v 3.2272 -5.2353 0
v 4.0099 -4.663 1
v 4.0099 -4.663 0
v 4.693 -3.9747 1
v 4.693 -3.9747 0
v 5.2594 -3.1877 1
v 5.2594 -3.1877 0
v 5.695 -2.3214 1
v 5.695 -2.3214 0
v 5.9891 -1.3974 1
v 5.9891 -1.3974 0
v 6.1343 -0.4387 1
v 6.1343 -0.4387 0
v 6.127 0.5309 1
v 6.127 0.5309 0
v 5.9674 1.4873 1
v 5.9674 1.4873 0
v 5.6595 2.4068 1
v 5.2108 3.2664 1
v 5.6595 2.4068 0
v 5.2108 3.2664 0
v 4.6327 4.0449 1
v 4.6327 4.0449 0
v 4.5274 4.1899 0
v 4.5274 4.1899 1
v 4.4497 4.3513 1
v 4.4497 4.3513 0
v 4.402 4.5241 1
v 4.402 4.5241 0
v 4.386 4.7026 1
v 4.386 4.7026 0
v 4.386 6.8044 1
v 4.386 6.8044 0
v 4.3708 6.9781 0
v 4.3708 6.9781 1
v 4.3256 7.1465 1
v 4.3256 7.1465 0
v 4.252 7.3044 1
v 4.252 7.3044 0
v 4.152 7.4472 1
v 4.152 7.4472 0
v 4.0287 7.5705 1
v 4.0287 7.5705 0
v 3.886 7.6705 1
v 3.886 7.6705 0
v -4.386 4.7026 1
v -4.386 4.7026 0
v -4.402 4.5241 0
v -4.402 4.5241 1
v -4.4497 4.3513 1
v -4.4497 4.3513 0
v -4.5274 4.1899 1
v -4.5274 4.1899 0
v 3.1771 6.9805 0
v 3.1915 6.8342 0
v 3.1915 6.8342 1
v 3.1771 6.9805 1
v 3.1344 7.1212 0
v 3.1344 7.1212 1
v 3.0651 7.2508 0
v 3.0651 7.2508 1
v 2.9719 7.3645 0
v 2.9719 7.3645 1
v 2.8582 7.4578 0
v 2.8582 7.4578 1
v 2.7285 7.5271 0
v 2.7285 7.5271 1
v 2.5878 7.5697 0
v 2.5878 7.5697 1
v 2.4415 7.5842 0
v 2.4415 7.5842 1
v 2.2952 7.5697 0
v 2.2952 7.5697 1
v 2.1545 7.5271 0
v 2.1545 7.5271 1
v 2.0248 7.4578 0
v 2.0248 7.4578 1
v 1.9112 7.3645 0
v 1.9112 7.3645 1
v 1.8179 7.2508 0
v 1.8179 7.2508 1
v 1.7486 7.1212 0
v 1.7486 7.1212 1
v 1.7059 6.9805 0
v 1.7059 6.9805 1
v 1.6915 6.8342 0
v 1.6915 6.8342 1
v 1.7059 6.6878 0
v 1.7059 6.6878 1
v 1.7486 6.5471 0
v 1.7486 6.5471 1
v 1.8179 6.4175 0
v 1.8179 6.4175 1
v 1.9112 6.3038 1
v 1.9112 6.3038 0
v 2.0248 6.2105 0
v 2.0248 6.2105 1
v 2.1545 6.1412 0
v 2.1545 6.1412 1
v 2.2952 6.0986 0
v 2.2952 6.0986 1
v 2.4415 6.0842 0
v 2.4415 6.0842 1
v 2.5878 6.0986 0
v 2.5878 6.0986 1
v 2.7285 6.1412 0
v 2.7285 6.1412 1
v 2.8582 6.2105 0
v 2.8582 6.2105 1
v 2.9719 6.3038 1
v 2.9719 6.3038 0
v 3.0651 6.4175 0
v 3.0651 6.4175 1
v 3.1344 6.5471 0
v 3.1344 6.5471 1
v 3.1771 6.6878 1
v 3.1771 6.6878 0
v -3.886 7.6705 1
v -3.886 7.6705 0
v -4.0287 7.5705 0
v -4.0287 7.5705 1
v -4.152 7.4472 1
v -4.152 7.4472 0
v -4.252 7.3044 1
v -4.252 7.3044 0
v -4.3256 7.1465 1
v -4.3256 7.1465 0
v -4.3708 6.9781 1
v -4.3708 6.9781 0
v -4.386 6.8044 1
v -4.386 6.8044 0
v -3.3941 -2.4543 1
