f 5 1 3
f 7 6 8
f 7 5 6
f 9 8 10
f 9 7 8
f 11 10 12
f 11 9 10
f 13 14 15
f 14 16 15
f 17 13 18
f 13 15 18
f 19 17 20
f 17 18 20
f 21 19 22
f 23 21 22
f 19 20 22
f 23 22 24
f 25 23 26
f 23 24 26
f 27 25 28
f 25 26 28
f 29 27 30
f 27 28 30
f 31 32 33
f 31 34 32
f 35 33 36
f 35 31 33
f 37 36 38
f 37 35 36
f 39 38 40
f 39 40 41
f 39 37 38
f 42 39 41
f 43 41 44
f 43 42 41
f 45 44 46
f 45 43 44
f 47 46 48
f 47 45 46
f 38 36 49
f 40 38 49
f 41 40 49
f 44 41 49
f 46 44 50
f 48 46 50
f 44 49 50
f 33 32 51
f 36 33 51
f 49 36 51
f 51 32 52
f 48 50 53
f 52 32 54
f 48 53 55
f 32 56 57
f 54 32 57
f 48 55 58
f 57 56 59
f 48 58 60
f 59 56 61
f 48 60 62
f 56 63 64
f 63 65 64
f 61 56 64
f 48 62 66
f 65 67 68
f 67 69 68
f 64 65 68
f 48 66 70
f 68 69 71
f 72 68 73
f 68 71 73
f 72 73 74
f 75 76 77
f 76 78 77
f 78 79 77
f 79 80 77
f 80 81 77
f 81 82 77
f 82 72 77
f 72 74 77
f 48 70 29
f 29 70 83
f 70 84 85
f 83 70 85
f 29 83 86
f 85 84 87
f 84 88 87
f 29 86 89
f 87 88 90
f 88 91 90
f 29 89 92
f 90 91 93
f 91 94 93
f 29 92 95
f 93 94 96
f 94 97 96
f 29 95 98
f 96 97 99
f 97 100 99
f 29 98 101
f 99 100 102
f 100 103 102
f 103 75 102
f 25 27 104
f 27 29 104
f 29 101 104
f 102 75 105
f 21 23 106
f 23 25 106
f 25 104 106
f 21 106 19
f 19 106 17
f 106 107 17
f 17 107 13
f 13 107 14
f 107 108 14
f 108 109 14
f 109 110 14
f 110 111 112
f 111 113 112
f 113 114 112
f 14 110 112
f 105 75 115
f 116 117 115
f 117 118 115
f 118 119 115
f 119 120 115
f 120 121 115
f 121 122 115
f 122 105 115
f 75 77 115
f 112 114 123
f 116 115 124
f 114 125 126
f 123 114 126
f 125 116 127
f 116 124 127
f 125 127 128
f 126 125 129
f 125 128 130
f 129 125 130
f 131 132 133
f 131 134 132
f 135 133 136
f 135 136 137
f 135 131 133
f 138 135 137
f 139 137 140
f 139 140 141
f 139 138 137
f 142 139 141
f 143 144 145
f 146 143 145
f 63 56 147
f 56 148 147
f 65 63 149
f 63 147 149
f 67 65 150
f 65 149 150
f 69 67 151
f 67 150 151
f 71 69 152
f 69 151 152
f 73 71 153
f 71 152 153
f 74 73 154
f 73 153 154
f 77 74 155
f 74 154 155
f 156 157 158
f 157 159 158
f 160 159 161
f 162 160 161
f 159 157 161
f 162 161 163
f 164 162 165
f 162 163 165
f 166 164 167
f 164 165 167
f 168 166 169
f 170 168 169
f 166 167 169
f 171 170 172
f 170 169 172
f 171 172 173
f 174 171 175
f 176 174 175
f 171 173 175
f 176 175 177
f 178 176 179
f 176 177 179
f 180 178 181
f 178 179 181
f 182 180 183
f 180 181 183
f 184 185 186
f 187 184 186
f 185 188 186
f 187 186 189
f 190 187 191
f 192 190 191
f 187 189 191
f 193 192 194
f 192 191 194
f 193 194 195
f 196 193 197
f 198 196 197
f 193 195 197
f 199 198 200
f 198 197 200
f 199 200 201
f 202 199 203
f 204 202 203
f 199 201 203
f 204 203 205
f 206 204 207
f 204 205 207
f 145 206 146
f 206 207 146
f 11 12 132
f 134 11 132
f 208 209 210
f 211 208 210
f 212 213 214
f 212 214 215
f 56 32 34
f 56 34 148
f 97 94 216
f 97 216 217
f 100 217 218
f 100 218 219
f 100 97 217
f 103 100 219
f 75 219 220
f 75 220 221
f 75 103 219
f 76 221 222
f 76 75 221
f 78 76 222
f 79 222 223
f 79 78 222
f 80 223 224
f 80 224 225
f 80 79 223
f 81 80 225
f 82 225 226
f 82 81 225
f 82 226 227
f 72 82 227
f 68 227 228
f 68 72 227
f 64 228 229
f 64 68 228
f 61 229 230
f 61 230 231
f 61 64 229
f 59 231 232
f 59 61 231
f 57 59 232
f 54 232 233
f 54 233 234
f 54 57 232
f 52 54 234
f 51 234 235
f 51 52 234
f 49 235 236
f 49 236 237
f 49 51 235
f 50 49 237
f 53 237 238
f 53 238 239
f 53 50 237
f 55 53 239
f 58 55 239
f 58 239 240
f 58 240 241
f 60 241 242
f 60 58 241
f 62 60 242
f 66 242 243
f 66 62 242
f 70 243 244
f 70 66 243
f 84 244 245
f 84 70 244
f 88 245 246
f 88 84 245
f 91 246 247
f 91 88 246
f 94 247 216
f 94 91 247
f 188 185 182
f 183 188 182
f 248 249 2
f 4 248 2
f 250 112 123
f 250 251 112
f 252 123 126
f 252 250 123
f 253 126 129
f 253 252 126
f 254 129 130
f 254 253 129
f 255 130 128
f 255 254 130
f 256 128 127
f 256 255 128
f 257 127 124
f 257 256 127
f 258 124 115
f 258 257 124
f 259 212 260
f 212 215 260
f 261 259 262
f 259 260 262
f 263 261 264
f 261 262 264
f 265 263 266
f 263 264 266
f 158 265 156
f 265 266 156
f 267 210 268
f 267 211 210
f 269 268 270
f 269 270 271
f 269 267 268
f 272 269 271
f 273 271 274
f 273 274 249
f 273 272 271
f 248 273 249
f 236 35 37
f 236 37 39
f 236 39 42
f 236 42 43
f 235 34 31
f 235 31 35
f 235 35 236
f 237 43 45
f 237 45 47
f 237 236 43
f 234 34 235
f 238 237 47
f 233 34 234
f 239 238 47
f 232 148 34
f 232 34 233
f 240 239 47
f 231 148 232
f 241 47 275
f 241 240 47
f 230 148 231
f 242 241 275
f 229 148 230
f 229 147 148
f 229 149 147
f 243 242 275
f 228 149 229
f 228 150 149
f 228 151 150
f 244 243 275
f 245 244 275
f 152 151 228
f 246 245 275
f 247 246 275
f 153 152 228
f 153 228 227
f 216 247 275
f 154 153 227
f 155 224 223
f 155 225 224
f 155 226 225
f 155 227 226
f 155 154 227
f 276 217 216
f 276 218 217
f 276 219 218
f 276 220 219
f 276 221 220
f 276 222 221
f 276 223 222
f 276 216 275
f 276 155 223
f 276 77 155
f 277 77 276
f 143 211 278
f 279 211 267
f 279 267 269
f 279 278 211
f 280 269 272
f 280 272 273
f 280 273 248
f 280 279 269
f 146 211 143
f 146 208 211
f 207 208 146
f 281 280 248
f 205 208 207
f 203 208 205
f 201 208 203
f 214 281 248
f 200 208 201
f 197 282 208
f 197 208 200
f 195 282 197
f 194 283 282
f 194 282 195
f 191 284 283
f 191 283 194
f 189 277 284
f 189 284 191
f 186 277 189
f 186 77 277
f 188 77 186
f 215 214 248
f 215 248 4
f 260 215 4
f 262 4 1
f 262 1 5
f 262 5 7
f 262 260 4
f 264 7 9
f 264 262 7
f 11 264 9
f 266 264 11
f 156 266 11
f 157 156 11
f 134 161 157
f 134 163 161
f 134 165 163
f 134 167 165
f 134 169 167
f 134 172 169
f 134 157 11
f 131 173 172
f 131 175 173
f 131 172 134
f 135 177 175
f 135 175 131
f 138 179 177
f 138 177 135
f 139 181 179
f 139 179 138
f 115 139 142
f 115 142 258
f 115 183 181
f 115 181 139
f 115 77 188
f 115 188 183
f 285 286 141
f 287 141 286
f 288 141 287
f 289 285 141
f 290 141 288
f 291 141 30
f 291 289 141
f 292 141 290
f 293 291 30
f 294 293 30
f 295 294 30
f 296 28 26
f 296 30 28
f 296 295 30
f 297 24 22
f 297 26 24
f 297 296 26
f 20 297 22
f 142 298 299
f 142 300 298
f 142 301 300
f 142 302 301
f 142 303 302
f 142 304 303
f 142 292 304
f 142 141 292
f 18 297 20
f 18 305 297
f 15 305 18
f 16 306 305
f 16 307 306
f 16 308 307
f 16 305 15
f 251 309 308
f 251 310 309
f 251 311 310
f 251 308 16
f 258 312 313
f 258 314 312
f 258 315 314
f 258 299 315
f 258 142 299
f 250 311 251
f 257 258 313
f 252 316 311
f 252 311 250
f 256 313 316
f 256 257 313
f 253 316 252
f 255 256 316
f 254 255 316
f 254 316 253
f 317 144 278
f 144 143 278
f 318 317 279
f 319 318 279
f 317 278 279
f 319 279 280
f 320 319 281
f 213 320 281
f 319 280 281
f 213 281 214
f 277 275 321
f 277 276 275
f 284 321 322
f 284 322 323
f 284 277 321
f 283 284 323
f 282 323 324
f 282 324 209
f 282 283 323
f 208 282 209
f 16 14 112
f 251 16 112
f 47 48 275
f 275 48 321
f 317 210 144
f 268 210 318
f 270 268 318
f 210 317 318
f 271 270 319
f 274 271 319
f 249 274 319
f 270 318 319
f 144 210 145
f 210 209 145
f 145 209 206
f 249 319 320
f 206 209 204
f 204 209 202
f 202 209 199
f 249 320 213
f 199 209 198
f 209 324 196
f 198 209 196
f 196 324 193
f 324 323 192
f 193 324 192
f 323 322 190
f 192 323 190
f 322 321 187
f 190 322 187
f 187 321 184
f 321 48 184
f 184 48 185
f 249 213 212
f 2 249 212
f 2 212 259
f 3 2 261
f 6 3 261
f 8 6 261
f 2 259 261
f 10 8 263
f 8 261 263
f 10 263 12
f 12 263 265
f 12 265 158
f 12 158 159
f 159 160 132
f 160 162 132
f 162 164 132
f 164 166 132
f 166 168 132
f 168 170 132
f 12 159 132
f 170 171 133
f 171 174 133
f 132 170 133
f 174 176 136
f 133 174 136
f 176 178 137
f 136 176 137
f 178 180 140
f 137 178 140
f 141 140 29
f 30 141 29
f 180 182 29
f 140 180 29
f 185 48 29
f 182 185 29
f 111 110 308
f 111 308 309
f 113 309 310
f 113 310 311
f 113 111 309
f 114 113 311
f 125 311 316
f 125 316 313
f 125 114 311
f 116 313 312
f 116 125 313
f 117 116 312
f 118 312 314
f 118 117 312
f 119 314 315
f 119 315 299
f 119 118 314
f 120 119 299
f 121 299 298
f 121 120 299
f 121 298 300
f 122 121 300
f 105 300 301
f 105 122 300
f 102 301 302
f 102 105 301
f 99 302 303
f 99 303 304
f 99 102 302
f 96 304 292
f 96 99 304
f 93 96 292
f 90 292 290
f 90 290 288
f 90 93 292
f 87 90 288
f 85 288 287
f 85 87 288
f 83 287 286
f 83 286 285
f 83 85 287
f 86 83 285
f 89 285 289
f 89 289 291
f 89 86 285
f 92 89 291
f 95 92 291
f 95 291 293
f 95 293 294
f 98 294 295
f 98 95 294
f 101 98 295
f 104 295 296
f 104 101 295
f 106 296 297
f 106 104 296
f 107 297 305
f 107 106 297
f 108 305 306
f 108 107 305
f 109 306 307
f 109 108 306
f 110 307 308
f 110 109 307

-- DESCRIPTION OF THE TASK --
Return word for word the lines above from the line with "f 125 128 130" to the line with "f 176 175 177", including both and leaving out all others.

-- YOUR RESPONSE --
f 125 128 130
f 129 125 130
f 131 132 133
f 131 134 132
f 135 133 136
f 135 136 137
f 135 131 133
f 138 135 137
f 139 137 140
f 139 140 141
f 139 138 137
f 142 139 141
f 143 144 145
f 146 143 145
f 63 56 147
f 56 148 147
f 65 63 149
f 63 147 149
f 67 65 150
f 65 149 150
f 69 67 151
f 67 150 151
f 71 69 152
f 69 151 152
f 73 71 153
f 71 152 153
f 74 73 154
f 73 153 154
f 77 74 155
f 74 154 155
f 156 157 158
f 157 159 158
f 160 159 161
f 162 160 161
f 159 157 161
f 162 161 163
f 164 162 165
f 162 163 165
f 166 164 167
f 164 165 167
f 168 166 169
f 170 168 169
f 166 167 169
f 171 170 172
f 170 169 172
f 171 172 173
f 174 171 175
f 176 174 175
f 171 173 175
f 176 175 177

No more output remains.